Number of replicas required = current load / peak capacity
This process assumes several things like that the capacity of each service is documented, updated regularly, and is readily available to the operators handling scalability failures — all of which are possible risks to the entire process, not considering the human errors in calculation and/or operation.
A manual scaling approach is not only slow but also error-prone.
How can autoscaling help?
With autoscaling, the role of the human operator is taken by a (set of) software component(s), the autoscaler.
In this case, the autoscaler monitors the current level of usage, calculates additional scalability requirements based on the codified capacity, and finally scales out the number of replicas to handle the additional workload.
The benefits of this are:
- The peak capacity of services tends to be codified instead of documented. As with most things in code, this tends to be reviewed regularly and is less likely to be outdated, as compared to stand-alone documentation.
- Unlike humans, the autoscaler does not need a coffee break. It is expected to be always on the spot to respond to any scalability triggers.
- The autoscaler concerns itself with one task and one task only (i.e.) respond to scalability triggers. For example, if the autoscaler is configured to scale in response to CPU usage and the target utilization exceeds the configured threshold, the autoscaler scales out the number of replicas. Because of the focus on a single concern, there is no delay due to root cause analysis to delay the autoscaler’s response.
- In addition to the above, because of the low operational overhead of the entire process — of monitoring, decision making, and scaling, autoscaling can be useful not just during unexpected workload increases but can also help reduce the infrastructure cost, even under a steady workload. Figures below illustrate the cost benefits of autoscaling.
As illustrated in the above figure, even with a steadily increasing/decreasing workload, autoscaling can help operate more efficiently by scaling in and out as required.

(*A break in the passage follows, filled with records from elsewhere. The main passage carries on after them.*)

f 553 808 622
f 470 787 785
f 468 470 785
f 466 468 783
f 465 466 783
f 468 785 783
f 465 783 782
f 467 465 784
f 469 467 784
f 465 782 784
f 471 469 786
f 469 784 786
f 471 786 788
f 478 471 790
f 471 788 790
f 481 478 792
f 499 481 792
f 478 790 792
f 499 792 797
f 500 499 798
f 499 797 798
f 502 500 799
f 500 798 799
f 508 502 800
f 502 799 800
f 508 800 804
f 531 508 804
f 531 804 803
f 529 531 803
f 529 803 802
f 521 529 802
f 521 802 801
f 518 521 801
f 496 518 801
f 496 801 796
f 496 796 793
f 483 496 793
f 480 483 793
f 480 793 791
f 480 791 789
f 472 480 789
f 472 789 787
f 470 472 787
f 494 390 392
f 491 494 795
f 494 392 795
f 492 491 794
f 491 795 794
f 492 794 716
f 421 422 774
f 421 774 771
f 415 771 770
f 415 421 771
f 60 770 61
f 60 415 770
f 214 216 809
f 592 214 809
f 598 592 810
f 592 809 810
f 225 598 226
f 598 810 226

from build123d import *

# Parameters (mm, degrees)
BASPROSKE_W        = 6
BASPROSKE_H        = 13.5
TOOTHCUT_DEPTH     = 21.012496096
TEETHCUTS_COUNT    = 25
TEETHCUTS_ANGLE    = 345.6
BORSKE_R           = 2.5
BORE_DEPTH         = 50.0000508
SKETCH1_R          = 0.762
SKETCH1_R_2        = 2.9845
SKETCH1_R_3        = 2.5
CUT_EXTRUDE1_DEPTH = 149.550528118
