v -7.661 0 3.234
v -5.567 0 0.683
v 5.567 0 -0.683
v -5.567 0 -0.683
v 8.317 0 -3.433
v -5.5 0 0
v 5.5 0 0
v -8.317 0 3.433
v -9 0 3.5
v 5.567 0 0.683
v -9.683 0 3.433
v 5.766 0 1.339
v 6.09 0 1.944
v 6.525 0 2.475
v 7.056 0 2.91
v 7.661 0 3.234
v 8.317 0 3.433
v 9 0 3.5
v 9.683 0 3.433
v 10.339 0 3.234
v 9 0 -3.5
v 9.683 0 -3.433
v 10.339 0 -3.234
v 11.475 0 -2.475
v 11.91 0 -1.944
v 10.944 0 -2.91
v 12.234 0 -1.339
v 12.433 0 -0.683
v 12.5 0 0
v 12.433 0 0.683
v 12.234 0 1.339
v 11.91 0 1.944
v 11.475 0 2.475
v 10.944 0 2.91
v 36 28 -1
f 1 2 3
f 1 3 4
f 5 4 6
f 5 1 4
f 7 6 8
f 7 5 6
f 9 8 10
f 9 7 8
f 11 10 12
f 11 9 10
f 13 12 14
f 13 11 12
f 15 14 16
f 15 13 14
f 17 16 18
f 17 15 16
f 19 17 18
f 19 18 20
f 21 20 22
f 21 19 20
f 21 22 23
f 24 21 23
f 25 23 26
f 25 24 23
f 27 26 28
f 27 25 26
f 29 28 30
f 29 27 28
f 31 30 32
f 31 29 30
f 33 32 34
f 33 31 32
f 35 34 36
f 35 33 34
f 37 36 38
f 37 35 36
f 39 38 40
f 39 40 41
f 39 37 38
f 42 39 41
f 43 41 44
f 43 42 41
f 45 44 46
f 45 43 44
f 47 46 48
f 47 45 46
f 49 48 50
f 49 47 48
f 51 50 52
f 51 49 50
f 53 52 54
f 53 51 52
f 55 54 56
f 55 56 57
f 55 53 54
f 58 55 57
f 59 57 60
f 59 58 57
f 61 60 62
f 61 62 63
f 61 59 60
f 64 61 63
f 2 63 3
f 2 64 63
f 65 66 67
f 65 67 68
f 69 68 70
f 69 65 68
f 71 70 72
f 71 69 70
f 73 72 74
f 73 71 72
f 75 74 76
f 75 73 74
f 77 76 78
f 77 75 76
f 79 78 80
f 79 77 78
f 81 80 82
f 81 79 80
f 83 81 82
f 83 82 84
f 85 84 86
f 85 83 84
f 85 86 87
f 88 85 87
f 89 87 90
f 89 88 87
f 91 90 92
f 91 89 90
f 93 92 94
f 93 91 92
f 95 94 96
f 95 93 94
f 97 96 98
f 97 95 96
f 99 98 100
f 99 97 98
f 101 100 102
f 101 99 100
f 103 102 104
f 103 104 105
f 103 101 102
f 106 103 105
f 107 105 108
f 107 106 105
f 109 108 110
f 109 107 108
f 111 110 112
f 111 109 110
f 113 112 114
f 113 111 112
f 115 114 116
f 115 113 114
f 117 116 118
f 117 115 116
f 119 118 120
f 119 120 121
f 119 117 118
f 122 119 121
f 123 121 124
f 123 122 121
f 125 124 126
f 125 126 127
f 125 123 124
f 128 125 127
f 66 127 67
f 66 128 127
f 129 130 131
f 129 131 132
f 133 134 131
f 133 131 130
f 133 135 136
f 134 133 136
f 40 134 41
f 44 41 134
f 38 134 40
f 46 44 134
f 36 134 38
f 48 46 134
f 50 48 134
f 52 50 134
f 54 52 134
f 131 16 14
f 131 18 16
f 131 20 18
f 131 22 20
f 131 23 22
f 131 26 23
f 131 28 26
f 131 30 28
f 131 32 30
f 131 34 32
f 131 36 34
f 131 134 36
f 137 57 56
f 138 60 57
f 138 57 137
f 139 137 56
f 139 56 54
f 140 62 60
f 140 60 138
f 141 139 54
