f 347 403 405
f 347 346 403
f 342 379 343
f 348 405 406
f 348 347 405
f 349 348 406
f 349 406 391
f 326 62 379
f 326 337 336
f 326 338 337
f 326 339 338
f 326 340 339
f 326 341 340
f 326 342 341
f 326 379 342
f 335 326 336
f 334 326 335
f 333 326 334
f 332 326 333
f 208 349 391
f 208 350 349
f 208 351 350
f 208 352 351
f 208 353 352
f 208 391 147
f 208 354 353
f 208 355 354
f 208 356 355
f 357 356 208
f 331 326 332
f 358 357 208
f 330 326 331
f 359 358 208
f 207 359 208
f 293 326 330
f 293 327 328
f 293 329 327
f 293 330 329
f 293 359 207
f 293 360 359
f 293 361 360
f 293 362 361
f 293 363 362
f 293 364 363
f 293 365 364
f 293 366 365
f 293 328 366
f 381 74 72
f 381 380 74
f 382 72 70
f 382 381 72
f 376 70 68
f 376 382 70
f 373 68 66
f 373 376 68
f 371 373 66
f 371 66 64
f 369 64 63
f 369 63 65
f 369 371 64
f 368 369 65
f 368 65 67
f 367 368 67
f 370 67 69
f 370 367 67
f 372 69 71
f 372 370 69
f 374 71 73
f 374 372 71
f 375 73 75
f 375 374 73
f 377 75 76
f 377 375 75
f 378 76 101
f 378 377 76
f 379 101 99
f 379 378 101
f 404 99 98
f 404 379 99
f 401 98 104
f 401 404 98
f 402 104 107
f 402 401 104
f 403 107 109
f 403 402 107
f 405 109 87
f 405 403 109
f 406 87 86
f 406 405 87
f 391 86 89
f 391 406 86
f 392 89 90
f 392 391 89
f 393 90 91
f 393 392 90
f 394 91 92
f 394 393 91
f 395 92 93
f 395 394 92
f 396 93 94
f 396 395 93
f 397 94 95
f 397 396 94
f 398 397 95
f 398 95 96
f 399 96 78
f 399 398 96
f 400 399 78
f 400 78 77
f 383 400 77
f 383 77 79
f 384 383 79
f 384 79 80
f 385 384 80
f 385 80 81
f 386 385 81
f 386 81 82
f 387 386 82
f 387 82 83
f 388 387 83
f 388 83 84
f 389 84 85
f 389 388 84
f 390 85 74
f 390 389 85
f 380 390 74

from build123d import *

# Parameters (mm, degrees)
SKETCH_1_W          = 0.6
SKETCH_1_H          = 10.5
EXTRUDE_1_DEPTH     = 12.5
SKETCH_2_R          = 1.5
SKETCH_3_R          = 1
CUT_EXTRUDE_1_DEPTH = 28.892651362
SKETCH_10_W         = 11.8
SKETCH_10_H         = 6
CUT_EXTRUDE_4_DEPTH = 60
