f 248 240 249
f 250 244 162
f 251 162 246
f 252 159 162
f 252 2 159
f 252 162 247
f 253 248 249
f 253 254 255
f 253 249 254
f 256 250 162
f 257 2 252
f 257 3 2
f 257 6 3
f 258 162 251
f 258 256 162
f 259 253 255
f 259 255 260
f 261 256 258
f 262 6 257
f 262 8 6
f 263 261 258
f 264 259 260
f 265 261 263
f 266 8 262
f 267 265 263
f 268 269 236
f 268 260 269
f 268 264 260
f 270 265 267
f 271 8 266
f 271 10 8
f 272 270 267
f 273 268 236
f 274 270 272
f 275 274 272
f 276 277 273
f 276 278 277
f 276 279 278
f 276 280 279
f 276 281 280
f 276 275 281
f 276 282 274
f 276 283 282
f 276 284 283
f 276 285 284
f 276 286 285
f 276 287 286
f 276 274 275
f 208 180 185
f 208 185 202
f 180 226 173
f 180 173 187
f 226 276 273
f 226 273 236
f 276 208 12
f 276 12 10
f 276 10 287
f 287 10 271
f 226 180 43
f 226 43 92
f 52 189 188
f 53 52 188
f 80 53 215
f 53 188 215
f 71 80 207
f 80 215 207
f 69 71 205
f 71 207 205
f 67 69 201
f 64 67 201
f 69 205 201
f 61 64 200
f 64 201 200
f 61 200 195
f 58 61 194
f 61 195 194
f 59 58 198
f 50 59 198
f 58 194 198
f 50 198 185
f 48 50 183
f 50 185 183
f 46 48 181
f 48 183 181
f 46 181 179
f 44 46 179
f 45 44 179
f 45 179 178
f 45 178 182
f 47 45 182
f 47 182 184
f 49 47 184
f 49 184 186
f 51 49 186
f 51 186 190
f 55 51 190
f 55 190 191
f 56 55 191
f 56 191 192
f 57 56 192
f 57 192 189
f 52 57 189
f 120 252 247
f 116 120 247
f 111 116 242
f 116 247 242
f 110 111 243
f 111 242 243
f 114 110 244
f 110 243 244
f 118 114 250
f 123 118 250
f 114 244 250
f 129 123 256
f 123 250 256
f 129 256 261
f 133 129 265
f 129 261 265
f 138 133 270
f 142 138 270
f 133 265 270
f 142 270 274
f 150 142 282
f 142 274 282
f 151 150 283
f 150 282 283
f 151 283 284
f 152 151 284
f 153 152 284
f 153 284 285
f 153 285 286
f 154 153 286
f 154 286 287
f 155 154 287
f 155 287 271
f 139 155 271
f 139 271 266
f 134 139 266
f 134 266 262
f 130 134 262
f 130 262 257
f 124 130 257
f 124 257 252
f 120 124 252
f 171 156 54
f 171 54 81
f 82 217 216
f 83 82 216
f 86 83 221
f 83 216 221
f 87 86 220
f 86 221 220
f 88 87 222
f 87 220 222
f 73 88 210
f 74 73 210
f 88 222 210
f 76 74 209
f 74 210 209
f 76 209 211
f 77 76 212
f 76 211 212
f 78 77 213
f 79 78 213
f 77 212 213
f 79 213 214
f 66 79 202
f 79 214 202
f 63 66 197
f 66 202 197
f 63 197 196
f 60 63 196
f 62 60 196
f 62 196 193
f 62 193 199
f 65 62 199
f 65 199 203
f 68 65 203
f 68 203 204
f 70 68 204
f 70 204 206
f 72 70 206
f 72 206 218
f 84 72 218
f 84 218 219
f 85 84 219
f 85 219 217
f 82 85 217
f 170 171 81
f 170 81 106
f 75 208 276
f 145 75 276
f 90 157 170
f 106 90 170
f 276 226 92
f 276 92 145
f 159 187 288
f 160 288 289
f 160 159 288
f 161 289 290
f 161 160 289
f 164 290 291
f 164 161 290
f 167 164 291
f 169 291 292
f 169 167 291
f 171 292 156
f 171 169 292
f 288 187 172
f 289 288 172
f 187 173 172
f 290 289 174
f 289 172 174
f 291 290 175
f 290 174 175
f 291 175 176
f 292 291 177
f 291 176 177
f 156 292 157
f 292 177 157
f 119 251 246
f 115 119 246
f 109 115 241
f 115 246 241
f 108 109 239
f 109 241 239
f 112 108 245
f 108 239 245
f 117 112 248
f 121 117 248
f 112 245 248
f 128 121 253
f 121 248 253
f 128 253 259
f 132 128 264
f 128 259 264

Without autoscaling, the service needs to be provisioned for the peak workload expected. In the above example, 4 pods will be provisioned all the time, even when the actual load can be handled with 1 pod (9:00–10:30 AM, for example)
Note: In the above example, the pods are configured to operate at an average CPU usage of 80%. If the average CPU usage across all pods goes above 80%, additional pod(s) will be spun up by the autoscaler. Hence, at 10:30 AM, even though the CPU usage across pods is <100%, an additional pod comes up because the target usage threshold of 80% has been crossed.
An autoscaling solution can make scaling faster, less error-prone and more cost-efficient
Acceptance criteria for any autoscaling solution
As detailed so far in this blog post, there are several benefits to using autoscaling as a scalability solution, as against over-provisioning or manual scaling. The corollary of this is that a good autoscaling solution should be able to deliver the following benefits:
- Reliability — Must guarantee scalability
- Efficiency — Must reduce the infrastructure cost, as against over-provisioning/manual scaling
- Responsiveness — Must scale-out fast enough to successfully handle an increase in workload
- Resilience— Must protect against malicious traffic (To be elaborated on, in the subsequent posts)
These can act as the acceptance criteria to drive and evaluate the Kubernetes based autoscaling solutions that will be the focus of further posts in this series.